John Rooker's Revolutionary War Pension

by Louise Pettus

On June 7, 1832 the United States Congress, for the first time, voted to reward eligible Revolutionary War veterans with pensions. It was a little more than 50 years after Yorktown, the last battle of the Revolution. Surviving veterans had to prove their service at the courthouse or swear to a judge. They were required to furnish evidence by "living witnesses, by documentary proof, by traditionary evidence, by incidental evidence, or by the rolls."

John Rooker, aged 77, of York District went to the courthouse and took with him what George Taylor, the examining clerk, called "traditionary evidence." What Rooker furnished was his statement that he entered the service in Franklin, N.C. in August 1776 as a private for 6 months "to go to Kentucky to guard its Inhabitants from the Ravages of the Indians." In March 1777 he volunteered to serve under Colonel Daniel Boone and served under him for 7 months until Colonel Hagans of Virginia brought a reenforcement of 100 men. After this service Rooker returned to North Carolina and stayed until December 6, 1790 when he "Removed to South Carolina York District."

Rooker had no written evidence, no discharge papers, and knew no one in 1832 who could testify of his service. He offered as character witnesses the name of Benjamin Chambers, the Judge of the Court of Ordinary (Probate Judge) of York District and Bartlett Meacham, a citizen of Fort Mill District. Rooker's claim was approved. For the rest of his life Rooker would receive a United States treasury check for $43.35 annually. The widows of veterans were eligible for pensions of lesser amounts if they were married to the pensioner before January 1, 1794.

Five years after her husband's death and a year before she died, Anna Hawkins Rooker, then age 86, applied for her pension. She swore that she married John Rooker in Lincoln County, N.C. sometime in the year 1780. In neither pension application was there any reference to children or other family members who might be able to support their parents. The Rookers had nine children-- four sons and five daughters. Anna Hawkins Rooker also had to have character witnesses. Willis Reeves appeared before James Quinn, a York District Justice of the Peace, and testified to Anna Rooker's character. Reeves also submitted a two page preface torn from a book written by John Rooker. The book was titled "An Essay on the Sovereignty of God" and was published in Charleston by W. Riley in 1839. (A copy of the book is in the Louisville Baptist Seminary - the only known copy.)
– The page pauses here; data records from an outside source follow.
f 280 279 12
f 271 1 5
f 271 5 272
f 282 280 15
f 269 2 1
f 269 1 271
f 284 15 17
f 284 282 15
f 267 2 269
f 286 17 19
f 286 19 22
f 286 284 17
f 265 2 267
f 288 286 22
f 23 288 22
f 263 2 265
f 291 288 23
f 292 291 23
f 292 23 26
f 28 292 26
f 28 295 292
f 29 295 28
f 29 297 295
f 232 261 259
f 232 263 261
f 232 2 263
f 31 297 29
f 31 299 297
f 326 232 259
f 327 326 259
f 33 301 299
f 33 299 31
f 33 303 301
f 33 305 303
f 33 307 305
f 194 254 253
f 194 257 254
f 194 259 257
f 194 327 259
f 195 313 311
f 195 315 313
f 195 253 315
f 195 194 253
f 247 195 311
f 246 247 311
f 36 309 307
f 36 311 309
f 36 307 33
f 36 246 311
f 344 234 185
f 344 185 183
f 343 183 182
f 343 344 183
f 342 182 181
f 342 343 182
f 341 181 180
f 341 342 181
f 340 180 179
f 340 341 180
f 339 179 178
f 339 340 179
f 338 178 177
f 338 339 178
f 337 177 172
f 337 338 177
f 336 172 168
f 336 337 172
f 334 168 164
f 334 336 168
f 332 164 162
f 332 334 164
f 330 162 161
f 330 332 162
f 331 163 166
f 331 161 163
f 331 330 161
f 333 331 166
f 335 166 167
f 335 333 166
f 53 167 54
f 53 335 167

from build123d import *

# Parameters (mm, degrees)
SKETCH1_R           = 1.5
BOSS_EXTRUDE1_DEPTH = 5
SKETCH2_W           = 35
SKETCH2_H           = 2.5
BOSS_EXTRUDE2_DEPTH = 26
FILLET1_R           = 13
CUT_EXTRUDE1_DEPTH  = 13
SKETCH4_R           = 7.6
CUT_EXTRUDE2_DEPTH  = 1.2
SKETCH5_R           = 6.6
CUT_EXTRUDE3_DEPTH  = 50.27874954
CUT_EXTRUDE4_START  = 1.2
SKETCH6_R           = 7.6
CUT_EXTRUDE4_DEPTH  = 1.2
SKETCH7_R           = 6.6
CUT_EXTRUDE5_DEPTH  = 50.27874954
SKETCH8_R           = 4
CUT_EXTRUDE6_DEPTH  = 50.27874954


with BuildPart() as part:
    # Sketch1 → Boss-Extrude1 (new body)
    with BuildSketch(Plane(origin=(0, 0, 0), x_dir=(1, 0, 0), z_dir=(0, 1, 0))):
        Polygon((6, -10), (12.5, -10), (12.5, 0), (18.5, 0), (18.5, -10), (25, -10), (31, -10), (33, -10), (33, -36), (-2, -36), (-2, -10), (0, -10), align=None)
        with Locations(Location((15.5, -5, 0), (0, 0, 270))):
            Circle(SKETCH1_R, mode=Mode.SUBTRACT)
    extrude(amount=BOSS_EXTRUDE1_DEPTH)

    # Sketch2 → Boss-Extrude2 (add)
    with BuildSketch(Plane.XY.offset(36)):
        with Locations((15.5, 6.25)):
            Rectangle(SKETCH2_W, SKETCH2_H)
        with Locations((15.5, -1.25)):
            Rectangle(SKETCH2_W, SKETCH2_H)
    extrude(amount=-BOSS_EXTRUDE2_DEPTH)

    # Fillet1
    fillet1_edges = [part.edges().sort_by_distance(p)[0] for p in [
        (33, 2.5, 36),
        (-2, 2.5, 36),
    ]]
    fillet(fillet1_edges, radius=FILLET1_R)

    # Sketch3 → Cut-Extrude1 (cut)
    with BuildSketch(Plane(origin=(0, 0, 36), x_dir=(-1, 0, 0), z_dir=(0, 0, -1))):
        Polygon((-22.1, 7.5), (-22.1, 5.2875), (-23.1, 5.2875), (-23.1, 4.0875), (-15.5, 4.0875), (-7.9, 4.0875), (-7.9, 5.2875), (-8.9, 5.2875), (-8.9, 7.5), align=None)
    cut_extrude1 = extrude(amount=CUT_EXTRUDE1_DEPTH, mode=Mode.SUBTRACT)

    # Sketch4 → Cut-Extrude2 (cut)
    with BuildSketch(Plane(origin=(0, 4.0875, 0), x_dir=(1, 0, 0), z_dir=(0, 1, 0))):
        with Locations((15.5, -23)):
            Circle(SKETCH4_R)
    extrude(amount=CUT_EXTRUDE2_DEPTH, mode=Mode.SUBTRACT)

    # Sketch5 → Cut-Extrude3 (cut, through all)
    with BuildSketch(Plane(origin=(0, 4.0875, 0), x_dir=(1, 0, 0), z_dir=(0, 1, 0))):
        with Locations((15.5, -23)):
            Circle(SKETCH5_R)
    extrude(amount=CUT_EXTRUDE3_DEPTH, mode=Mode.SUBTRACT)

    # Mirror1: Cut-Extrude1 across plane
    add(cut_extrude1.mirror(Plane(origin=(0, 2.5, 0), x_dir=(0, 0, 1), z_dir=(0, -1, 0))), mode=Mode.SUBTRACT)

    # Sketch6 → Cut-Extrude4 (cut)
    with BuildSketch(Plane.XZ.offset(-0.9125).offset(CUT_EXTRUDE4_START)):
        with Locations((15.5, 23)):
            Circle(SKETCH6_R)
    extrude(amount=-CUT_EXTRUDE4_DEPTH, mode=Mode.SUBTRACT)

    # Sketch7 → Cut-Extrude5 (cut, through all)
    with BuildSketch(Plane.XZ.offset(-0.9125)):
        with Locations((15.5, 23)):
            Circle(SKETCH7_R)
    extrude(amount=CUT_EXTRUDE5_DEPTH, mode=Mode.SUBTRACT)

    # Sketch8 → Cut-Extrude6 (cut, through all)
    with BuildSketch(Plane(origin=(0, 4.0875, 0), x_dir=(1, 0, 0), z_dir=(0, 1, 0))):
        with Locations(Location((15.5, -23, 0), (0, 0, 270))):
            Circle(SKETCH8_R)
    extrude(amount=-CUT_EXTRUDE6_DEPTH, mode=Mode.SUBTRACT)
In his book preface, Rooker described his military service and its aftermath more fully than he had on his pension application but in neither case did he mention having being wounded in the war. Some of Rooker's parishioners, however, vividly recalled his hands as wounded in the Revolution. In a letter to Lyman Draper in Draper's MSS one man recalled that while Rooker was preaching he would hold up his hands "cut all to pieces by sabre wounds." This in contrast to another veteran who hid his hand inside his coat.

Rooker occasionally filled in at other Baptist churches. He tried very hard to establish a successful mission among the Catawba Indians. His assistant pastor was Robert Mursh, a full-blooded Pamunkey Indian who had a Catawba Indian wife. He also set up a school in Lancaster District among the Catawbas which was taught by James Lewis. David Hutchison, a state-appointed commissioner for Catawba Indian affairs, once wrote that Reverend Rooker settled near the Catawba towns "with a view of teaching and preaching. I had high hopes that he would be successful...and I believe exerted himself to the best of his abilities. The result of which he candidly acknowledged to me was, that he thought he left them worse than he found them...."

Rooker died June 24, 1840 and is buried at Flint Hill Baptist Church, one of three churches he founded.. Six years later his widow was buried in a field on a farm they once owned near Clover with two sons, Jennings and Joseph Dorris Rooker. Anna never joined her husband's church. She remained a faithful Episcopalian all of her days.